__Your task__: Please output exactly the part of the records below that opens with the line containing "#27=EDGE_CURVE('',#25,#25,#26,.T.);" and closes with the line containing "#37=DIRECTION('',(-1.,0.,0.));", both lines included, and nothing else.

(Saved entries)
■ ■ ■

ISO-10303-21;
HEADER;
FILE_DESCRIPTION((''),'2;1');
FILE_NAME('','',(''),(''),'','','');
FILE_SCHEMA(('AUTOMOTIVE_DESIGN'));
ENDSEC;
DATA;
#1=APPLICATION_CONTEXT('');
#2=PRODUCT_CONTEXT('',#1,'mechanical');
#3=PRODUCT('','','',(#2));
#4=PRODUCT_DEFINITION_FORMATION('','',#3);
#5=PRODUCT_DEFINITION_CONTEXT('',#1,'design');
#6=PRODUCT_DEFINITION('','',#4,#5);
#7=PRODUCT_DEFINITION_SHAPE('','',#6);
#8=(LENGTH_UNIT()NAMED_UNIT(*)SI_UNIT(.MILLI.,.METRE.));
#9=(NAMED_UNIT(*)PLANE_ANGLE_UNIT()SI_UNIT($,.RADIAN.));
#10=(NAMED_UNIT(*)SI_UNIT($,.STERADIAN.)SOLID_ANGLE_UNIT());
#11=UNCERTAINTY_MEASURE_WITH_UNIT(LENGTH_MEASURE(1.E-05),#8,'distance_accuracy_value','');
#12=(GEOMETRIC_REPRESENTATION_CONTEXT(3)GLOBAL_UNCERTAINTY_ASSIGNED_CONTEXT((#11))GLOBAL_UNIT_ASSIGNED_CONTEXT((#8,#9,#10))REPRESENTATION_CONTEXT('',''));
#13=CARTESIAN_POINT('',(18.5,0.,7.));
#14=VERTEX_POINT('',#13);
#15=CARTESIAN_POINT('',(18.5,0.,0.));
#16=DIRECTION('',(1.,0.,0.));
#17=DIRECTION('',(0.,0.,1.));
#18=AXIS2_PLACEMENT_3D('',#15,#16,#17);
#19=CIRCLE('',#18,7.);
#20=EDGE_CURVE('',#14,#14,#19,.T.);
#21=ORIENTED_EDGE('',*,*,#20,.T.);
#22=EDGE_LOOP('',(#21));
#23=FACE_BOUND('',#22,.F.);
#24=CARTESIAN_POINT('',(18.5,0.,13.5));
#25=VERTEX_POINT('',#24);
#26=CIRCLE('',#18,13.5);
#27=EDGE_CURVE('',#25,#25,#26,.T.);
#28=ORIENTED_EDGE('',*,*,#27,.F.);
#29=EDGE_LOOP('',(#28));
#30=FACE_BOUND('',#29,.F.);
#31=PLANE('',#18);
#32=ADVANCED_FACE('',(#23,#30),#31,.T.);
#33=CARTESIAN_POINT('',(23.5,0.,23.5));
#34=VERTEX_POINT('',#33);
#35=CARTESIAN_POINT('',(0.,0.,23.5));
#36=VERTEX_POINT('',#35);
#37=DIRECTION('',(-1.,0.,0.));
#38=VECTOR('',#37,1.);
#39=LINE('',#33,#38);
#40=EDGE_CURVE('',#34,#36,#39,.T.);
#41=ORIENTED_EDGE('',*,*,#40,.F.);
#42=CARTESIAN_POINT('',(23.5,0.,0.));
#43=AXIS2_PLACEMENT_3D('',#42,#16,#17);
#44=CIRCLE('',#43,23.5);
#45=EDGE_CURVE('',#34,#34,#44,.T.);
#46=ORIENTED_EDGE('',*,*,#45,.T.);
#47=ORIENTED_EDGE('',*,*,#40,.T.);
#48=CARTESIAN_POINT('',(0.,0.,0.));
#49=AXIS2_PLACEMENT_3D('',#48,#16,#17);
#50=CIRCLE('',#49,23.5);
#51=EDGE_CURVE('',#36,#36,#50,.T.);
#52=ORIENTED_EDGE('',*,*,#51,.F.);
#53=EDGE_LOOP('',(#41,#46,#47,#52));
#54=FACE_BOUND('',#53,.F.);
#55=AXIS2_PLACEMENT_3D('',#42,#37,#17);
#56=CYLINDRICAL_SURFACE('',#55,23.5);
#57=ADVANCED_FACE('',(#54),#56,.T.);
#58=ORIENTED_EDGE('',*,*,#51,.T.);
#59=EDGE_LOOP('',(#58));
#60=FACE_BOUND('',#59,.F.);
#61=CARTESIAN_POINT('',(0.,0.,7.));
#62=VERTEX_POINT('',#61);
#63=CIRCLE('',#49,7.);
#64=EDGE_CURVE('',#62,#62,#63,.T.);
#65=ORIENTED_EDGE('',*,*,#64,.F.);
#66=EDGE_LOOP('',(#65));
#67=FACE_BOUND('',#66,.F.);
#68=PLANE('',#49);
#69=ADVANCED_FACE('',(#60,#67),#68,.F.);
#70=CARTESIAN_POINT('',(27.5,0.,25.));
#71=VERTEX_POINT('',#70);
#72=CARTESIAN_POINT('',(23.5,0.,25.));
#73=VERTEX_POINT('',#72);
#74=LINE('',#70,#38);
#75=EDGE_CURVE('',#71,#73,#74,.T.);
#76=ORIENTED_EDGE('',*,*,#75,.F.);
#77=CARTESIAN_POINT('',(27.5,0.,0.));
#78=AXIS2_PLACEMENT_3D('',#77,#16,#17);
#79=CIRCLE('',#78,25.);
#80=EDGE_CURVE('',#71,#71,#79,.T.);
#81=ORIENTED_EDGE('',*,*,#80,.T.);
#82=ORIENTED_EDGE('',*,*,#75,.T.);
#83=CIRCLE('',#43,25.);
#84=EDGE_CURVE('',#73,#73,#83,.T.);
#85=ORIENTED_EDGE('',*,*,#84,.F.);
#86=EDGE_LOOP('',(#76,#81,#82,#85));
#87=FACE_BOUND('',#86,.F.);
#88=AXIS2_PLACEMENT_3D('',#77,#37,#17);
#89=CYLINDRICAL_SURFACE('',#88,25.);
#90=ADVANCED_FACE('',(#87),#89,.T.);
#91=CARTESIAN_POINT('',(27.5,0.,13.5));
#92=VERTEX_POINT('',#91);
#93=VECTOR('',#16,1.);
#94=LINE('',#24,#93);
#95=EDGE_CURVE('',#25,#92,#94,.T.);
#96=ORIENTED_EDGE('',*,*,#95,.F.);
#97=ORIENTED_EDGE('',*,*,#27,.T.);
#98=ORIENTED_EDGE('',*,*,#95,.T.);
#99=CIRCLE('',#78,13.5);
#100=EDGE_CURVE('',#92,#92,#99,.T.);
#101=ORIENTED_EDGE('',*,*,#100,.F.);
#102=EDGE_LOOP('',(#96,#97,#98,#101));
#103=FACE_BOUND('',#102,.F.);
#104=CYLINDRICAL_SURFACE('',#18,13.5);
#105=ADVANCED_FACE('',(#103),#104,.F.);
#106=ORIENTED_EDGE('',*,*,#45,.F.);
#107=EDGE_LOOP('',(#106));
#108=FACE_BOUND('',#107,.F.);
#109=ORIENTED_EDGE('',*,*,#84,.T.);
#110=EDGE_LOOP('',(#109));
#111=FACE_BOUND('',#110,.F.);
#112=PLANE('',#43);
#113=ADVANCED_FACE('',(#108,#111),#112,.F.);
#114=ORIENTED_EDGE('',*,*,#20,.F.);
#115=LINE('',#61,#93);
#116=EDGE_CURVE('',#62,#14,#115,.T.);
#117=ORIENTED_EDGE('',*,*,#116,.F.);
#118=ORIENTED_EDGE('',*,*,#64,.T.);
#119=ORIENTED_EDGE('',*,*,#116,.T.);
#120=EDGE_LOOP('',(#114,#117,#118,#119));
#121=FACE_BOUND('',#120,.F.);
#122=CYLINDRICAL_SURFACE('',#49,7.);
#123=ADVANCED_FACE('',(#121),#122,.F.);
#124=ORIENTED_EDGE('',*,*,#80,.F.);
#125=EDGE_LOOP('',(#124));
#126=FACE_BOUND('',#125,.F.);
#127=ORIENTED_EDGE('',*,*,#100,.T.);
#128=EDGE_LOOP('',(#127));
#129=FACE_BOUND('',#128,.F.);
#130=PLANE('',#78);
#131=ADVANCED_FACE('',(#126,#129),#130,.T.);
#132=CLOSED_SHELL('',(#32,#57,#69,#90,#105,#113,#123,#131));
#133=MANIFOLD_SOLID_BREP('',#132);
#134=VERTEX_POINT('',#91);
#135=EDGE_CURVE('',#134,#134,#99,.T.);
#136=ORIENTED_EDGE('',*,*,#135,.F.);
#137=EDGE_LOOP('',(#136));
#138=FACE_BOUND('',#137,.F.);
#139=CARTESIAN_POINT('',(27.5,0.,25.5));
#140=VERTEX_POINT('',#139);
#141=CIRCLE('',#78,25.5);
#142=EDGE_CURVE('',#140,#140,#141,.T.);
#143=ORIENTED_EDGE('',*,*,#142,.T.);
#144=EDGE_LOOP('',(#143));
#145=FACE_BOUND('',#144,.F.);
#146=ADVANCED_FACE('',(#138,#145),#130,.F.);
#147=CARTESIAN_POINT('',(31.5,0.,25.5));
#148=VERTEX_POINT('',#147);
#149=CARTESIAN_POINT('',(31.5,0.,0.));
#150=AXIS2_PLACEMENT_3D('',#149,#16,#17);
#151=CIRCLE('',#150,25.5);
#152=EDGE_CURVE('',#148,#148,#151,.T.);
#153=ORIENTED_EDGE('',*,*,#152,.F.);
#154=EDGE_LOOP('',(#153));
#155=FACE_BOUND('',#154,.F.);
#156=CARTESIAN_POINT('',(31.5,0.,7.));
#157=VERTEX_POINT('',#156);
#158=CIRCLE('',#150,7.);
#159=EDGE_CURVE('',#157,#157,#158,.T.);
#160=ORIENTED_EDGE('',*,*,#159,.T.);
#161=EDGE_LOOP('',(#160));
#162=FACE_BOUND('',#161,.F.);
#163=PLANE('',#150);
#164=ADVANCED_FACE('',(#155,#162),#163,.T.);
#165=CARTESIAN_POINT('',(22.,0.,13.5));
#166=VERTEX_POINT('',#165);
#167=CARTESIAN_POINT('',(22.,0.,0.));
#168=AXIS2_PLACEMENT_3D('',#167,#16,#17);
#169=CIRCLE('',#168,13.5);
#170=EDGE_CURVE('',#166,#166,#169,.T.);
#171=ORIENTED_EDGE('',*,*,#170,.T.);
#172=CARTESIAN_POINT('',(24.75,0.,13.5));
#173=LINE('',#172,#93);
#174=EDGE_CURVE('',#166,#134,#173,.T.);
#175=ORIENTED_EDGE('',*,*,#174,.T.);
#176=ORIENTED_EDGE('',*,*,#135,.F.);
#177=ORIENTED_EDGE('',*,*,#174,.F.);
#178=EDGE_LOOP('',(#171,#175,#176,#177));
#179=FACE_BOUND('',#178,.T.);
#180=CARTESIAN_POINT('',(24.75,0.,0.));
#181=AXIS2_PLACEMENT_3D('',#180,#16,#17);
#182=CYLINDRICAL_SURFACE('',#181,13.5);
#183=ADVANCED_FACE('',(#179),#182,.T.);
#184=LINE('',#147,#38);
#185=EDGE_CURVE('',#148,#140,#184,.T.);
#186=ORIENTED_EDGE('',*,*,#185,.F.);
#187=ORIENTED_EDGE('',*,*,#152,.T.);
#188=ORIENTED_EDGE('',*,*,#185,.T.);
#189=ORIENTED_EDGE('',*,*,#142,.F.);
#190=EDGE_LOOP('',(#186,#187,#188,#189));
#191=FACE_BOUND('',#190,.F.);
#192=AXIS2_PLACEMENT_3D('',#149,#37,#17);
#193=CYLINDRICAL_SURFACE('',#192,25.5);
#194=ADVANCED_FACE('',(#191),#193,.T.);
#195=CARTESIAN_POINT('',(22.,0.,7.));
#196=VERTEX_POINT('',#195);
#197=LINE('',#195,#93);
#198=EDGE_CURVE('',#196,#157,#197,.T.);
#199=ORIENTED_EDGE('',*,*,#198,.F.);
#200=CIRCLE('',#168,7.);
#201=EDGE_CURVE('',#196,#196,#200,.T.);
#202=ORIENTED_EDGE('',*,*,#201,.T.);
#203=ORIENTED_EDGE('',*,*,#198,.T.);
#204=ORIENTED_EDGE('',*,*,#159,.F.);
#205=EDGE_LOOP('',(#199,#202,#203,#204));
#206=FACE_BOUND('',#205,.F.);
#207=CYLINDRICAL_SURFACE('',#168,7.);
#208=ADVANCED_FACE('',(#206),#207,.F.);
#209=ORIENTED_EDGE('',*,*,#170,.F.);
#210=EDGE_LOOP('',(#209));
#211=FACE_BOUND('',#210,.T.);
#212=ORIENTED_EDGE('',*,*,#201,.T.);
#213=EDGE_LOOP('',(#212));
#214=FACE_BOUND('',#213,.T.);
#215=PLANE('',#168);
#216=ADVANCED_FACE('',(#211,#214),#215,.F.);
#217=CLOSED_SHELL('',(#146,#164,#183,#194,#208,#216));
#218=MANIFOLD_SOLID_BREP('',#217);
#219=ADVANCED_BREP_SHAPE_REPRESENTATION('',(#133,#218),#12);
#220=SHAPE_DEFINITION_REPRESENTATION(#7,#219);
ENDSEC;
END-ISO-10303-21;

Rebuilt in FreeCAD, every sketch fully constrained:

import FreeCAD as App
import Part
import Sketcher
Q = App.Units.Quantity


def add_polygon(sketch, points):
    """Adds a closed chain of lines whose ends are joined by coincident constraints."""
    first, n = sketch.GeometryCount, len(points)
    for a, b in zip(points, points[1:] + points[:1]):
        sketch.addGeometry(Part.LineSegment(App.Vector(*a, 0), App.Vector(*b, 0)), False)
    for i in range(n):
        sketch.addConstraint(Sketcher.Constraint("Coincident", first + i, 2, first + (i + 1) % n, 1))

doc = App.newDocument("Part")
body = doc.addObject("PartDesign::Body", "Body")

# Sketch on XZ plane
sketch1 = doc.addObject("Sketcher::SketchObject", "Sketch")
body.addObject(sketch1)
sketch1.AttachmentSupport = (doc.XZ_Plane, [""])
sketch1.MapMode = "FlatFace"
add_polygon(sketch1, [(0, 23.5), (0, 7), (18.5, 7), (18.5, 13.5), (27.5, 13.5), (27.5, 25), (23.5, 25), (23.5, 23.5)])  # lines 0-7
sketch1.addConstraint(Sketcher.Constraint("Vertical", 0))
sketch1.addConstraint(Sketcher.Constraint("Horizontal", 1))
sketch1.addConstraint(Sketcher.Constraint("Vertical", 2))
sketch1.addConstraint(Sketcher.Constraint("Horizontal", 3))
sketch1.addConstraint(Sketcher.Constraint("Vertical", 4))
sketch1.addConstraint(Sketcher.Constraint("Horizontal", 5))
sketch1.addConstraint(Sketcher.Constraint("Vertical", 6))
sketch1.addConstraint(Sketcher.Constraint("Horizontal", 7))
sketch1.addConstraint(Sketcher.Constraint("PointOnObject", 0, 2, -2))
sketch1.addConstraint(Sketcher.Constraint("DistanceX", 3, 1, 3, 2, Q("9 mm")))
sketch1.addConstraint(Sketcher.Constraint("DistanceX", 5, 2, 5, 1, Q("4 mm")))
sketch1.addConstraint(Sketcher.Constraint("DistanceX", 1, 1, 1, 2, Q("18.5 mm")))
sketch1.addConstraint(Sketcher.Constraint("DistanceY", 0, 2, 0, 1, Q("16.5 mm")))
sketch1.addConstraint(Sketcher.Constraint("DistanceY", 2, 1, 2, 2, Q("6.5 mm")))
sketch1.addConstraint(Sketcher.Constraint("DistanceY", 4, 1, 4, 2, Q("11.5 mm")))
sketch1.addConstraint(Sketcher.Constraint("DistanceY", -1, 1, 0, 2, Q("7 mm")))
revolution = doc.addObject("PartDesign::Revolution", "Revolution")
body.addObject(revolution)
revolution.Profile = sketch1
revolution.ReferenceAxis = (sketch1, ["H_Axis"])
revolution.Angle = 360
body2 = doc.addObject("PartDesign::Body", "Body001")

# Sketch on XZ plane
sketch2 = doc.addObject("Sketcher::SketchObject", "Sketch001")
body2.addObject(sketch2)
sketch2.AttachmentSupport = (doc.getObject("XZ_Plane001"), [""])
sketch2.MapMode = "FlatFace"
add_polygon(sketch2, [(31.5, 7), (31.5, 25.5), (27.5, 25.5), (27.5, 13.5), (22, 13.5), (22, 7)])  # lines 0-5
sketch2.addConstraint(Sketcher.Constraint("Vertical", 0))
sketch2.addConstraint(Sketcher.Constraint("Horizontal", 1))
sketch2.addConstraint(Sketcher.Constraint("Vertical", 2))
sketch2.addConstraint(Sketcher.Constraint("Horizontal", 3))
sketch2.addConstraint(Sketcher.Constraint("Vertical", 4))
sketch2.addConstraint(Sketcher.Constraint("Horizontal", 5))
sketch2.addConstraint(Sketcher.Constraint("DistanceX", 1, 2, 1, 1, Q("4 mm")))
sketch2.addConstraint(Sketcher.Constraint("DistanceY", 2, 2, 2, 1, Q("12 mm")))
sketch2.addConstraint(Sketcher.Constraint("DistanceX", 3, 2, 3, 1, Q("5.5 mm")))
sketch2.addConstraint(Sketcher.Constraint("DistanceY", 0, 1, 0, 2, Q("18.5 mm")))
sketch2.addConstraint(Sketcher.Constraint("DistanceX", -1, 1, 3, 2, Q("22 mm")))
sketch2.addConstraint(Sketcher.Constraint("DistanceY", -1, 1, 4, 2, Q("7 mm")))
revolution2 = doc.addObject("PartDesign::Revolution", "Revolution001")
body2.addObject(revolution2)
revolution2.Profile = sketch2
revolution2.ReferenceAxis = (sketch2, ["H_Axis"])
revolution2.Angle = 360

doc.recompute()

■ ■ ■

__Output for this exercise__:
#27=EDGE_CURVE('',#25,#25,#26,.T.);
#28=ORIENTED_EDGE('',*,*,#27,.F.);
#29=EDGE_LOOP('',(#28));
#30=FACE_BOUND('',#29,.F.);
#31=PLANE('',#18);
#32=ADVANCED_FACE('',(#23,#30),#31,.T.);
#33=CARTESIAN_POINT('',(23.5,0.,23.5));
#34=VERTEX_POINT('',#33);
#35=CARTESIAN_POINT('',(0.,0.,23.5));
#36=VERTEX_POINT('',#35);
#37=DIRECTION('',(-1.,0.,0.));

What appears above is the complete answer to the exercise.